Third time’s the charm: Really superior service in general; their reputation precedes them and they deliver. It can indeed be tough to get seating, but I find them willingly accommodating when they can be, and seating at the bar can be really enjoyable, actually. So many wonderful items to choose from, but don’t forget to save room for the over-the-top chocolate souffle; elegant and wondrous. Oh and hello, roast Maine lobster, mini quail and risotto with dungeness crab. De-lish.

[(0, 0.12795812236631765), (4, 0.25125769311344842), (8, 0.097887323141830185), (17, 0.15090844416208612), (24, 0.12415345702622631), (27, 0.067834960190092219), (35, 0.06375000000000007), (41, 0.06375000000000007)]

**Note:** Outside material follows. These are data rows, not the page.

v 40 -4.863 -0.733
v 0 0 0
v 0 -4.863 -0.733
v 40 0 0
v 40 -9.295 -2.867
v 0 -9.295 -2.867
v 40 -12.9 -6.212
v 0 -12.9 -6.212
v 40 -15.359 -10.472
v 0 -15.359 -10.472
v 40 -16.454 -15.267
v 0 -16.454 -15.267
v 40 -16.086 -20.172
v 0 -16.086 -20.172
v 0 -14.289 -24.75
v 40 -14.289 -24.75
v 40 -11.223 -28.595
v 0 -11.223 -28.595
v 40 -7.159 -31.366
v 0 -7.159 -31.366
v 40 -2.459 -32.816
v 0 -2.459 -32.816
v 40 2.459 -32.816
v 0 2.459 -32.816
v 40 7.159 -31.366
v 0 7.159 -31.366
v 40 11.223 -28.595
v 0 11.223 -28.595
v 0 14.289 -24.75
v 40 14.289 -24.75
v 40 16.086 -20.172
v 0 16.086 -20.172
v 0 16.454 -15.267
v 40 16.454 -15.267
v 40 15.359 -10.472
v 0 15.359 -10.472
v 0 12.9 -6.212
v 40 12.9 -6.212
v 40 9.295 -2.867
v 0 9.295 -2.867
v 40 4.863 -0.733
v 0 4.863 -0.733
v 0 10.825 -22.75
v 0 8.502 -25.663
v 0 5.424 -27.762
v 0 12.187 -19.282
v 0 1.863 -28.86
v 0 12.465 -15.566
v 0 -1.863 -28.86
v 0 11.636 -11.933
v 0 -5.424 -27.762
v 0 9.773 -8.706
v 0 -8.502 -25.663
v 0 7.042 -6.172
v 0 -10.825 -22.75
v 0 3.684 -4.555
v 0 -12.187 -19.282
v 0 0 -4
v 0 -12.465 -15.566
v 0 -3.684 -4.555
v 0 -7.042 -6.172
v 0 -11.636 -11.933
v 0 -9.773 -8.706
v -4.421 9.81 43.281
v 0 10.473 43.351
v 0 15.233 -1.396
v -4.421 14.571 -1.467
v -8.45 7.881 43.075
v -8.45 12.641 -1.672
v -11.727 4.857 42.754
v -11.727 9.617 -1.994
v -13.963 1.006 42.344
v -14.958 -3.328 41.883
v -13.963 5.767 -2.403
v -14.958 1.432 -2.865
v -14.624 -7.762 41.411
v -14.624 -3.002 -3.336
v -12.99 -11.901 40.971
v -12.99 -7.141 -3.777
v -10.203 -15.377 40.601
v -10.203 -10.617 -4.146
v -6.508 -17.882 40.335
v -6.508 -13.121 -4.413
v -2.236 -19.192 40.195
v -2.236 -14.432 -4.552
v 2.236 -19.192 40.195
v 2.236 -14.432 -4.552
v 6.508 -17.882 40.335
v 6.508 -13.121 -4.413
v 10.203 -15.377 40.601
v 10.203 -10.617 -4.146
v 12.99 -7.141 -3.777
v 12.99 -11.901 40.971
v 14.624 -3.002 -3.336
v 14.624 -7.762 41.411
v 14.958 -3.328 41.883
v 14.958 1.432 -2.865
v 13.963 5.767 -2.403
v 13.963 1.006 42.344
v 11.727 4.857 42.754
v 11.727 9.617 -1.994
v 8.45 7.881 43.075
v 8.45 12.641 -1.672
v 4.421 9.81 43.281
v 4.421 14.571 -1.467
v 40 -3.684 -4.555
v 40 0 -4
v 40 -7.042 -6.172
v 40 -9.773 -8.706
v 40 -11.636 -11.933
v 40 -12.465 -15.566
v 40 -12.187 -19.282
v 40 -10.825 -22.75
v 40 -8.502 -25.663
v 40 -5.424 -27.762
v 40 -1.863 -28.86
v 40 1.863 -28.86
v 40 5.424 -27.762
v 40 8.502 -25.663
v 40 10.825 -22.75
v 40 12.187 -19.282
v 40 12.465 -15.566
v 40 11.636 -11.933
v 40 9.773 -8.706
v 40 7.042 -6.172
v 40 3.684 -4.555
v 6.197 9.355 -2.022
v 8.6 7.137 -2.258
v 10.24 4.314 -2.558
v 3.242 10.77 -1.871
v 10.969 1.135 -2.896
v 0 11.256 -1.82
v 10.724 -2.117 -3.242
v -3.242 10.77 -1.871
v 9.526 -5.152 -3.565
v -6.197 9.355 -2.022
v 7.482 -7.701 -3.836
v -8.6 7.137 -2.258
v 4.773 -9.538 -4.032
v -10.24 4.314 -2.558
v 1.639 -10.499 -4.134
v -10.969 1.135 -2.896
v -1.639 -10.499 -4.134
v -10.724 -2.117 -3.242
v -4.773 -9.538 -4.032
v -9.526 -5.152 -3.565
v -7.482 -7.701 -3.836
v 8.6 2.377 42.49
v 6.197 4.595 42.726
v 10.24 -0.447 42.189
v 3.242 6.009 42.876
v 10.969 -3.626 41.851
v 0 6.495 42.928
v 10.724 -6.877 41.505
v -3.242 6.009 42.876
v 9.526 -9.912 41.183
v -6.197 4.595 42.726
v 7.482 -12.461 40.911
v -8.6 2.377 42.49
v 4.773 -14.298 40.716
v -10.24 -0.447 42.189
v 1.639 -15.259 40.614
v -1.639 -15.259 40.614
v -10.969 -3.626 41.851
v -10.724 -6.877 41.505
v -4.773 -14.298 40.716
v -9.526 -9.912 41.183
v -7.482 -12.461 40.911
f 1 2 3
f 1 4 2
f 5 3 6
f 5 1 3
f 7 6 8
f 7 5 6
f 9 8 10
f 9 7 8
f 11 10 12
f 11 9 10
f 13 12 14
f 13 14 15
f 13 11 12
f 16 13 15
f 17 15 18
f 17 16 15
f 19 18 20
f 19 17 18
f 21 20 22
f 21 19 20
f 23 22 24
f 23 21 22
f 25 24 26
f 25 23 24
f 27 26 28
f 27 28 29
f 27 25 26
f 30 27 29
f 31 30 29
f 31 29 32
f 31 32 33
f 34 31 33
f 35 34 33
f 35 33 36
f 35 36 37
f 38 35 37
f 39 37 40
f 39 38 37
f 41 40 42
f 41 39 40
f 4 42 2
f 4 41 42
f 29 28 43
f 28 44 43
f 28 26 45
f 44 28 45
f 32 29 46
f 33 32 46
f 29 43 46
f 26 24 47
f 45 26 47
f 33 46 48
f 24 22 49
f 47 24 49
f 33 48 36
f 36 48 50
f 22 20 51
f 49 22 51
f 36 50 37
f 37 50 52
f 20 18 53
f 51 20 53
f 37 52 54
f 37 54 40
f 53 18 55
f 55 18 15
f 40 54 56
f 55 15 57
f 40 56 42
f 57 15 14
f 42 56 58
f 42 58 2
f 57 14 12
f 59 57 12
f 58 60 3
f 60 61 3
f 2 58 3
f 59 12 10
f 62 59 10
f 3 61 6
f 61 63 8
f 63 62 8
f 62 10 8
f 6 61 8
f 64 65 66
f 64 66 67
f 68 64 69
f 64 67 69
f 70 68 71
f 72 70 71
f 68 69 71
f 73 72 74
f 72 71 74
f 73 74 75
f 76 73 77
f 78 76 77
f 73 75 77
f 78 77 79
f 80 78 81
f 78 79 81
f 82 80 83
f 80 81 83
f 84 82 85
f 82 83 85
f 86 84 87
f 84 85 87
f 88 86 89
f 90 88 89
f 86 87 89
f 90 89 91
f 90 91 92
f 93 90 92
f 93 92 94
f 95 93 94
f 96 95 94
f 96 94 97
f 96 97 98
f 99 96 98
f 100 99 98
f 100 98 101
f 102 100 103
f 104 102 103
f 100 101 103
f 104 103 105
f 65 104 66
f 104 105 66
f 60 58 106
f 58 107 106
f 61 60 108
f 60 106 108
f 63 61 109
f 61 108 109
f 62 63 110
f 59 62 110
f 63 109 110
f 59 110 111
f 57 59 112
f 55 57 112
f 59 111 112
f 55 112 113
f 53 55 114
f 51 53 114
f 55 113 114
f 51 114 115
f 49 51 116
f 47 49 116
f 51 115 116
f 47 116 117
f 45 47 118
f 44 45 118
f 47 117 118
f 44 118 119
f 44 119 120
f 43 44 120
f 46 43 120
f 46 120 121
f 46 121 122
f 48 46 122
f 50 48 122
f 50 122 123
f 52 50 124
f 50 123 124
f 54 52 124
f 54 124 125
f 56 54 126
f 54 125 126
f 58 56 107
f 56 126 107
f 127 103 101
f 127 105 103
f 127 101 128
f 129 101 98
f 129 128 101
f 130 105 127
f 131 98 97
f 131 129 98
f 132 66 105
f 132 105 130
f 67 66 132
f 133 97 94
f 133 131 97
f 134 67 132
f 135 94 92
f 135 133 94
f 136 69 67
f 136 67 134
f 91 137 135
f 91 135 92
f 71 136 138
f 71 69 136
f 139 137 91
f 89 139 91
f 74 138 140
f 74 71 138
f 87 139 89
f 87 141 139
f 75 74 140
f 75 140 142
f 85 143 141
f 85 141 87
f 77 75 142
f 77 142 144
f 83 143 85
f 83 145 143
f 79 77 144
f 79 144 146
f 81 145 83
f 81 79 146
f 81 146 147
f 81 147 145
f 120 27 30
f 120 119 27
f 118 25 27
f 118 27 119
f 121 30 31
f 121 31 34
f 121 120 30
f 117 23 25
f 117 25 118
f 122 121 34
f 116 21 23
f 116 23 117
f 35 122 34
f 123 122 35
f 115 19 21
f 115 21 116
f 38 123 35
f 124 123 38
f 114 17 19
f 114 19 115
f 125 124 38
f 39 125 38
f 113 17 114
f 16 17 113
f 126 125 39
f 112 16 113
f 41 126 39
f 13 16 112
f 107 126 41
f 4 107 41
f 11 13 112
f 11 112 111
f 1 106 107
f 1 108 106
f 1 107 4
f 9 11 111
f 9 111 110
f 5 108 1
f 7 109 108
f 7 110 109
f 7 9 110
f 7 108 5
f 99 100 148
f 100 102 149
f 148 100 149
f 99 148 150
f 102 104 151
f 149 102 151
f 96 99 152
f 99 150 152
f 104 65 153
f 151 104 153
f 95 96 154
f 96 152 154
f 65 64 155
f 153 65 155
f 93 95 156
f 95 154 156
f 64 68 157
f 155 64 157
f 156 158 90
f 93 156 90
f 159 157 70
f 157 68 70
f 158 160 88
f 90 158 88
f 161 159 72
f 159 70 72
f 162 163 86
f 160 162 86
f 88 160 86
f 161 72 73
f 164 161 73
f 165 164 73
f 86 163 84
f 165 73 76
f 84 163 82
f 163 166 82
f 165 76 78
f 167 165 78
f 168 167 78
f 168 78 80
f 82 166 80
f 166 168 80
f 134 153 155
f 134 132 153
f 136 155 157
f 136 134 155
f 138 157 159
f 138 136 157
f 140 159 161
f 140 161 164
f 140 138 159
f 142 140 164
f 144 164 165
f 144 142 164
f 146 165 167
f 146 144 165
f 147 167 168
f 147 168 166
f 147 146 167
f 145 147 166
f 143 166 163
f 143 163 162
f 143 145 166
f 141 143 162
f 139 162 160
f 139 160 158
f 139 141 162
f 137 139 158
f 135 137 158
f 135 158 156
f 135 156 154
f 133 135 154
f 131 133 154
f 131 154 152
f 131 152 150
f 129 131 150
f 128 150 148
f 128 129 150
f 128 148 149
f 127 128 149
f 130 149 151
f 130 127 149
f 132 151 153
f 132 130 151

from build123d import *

# Parameters (mm, degrees)
SKETCH4_W = 4
SKETCH4_H = 45
SKETCH5_W = 40
SKETCH5_H = 4


with BuildPart() as part:
    # Sketch4 → Revolve1 (revolve)
    with BuildSketch(Plane(origin=(0, 0, 0), x_dir=(1, 0, 0), z_dir=(0, 0.9943889131791124, 0.10578605459352264)), mode=Mode.PRIVATE) as revolve1_sk:
        with Locations((13, -19.5)):
            Rectangle(SKETCH4_W, SKETCH4_H)
    revolve(revolve1_sk.sketch.rotate(Axis((0, 0, 0), (0, -0.10578605459352264, 0.9943889131791124)), 90), axis=Axis((0, 0, 0), (0, -0.10578605459352264, 0.9943889131791124)))


with BuildPart() as body_2:
    # Sketch5 → Revolve2 (revolve)
    with BuildSketch(Plane(origin=(0, 0, 0), x_dir=(1, 0, 0), z_dir=(0, 1, 0))):
        with Locations((20, 2)):
            Rectangle(SKETCH5_W, SKETCH5_H)
    revolve(axis=Axis((0, 0, -16.5), (1, 0, 0)))


solid = Compound([part.part, body_2.part])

The topics predicted are topic 4 - seafood and topic 24 - service. Right on the money again. I just picked the first couple of topics but these can be selected based on their distribution, i.e. taking all above a set threshold.

It isn’t generally this sunny in Denmark though… Take a closer look at the topics and you’ll notice some are hard to summarize and some are overlapping. This is where a bit of LDA tweaking can improve the results.

While this method is very simple and very effective, it still needs some polishing, but that is beyond the goal of the prototype. LDA is however one of the main techniques used in the industry to categorize text and for the most simple review tagging, it may very well be sufficient.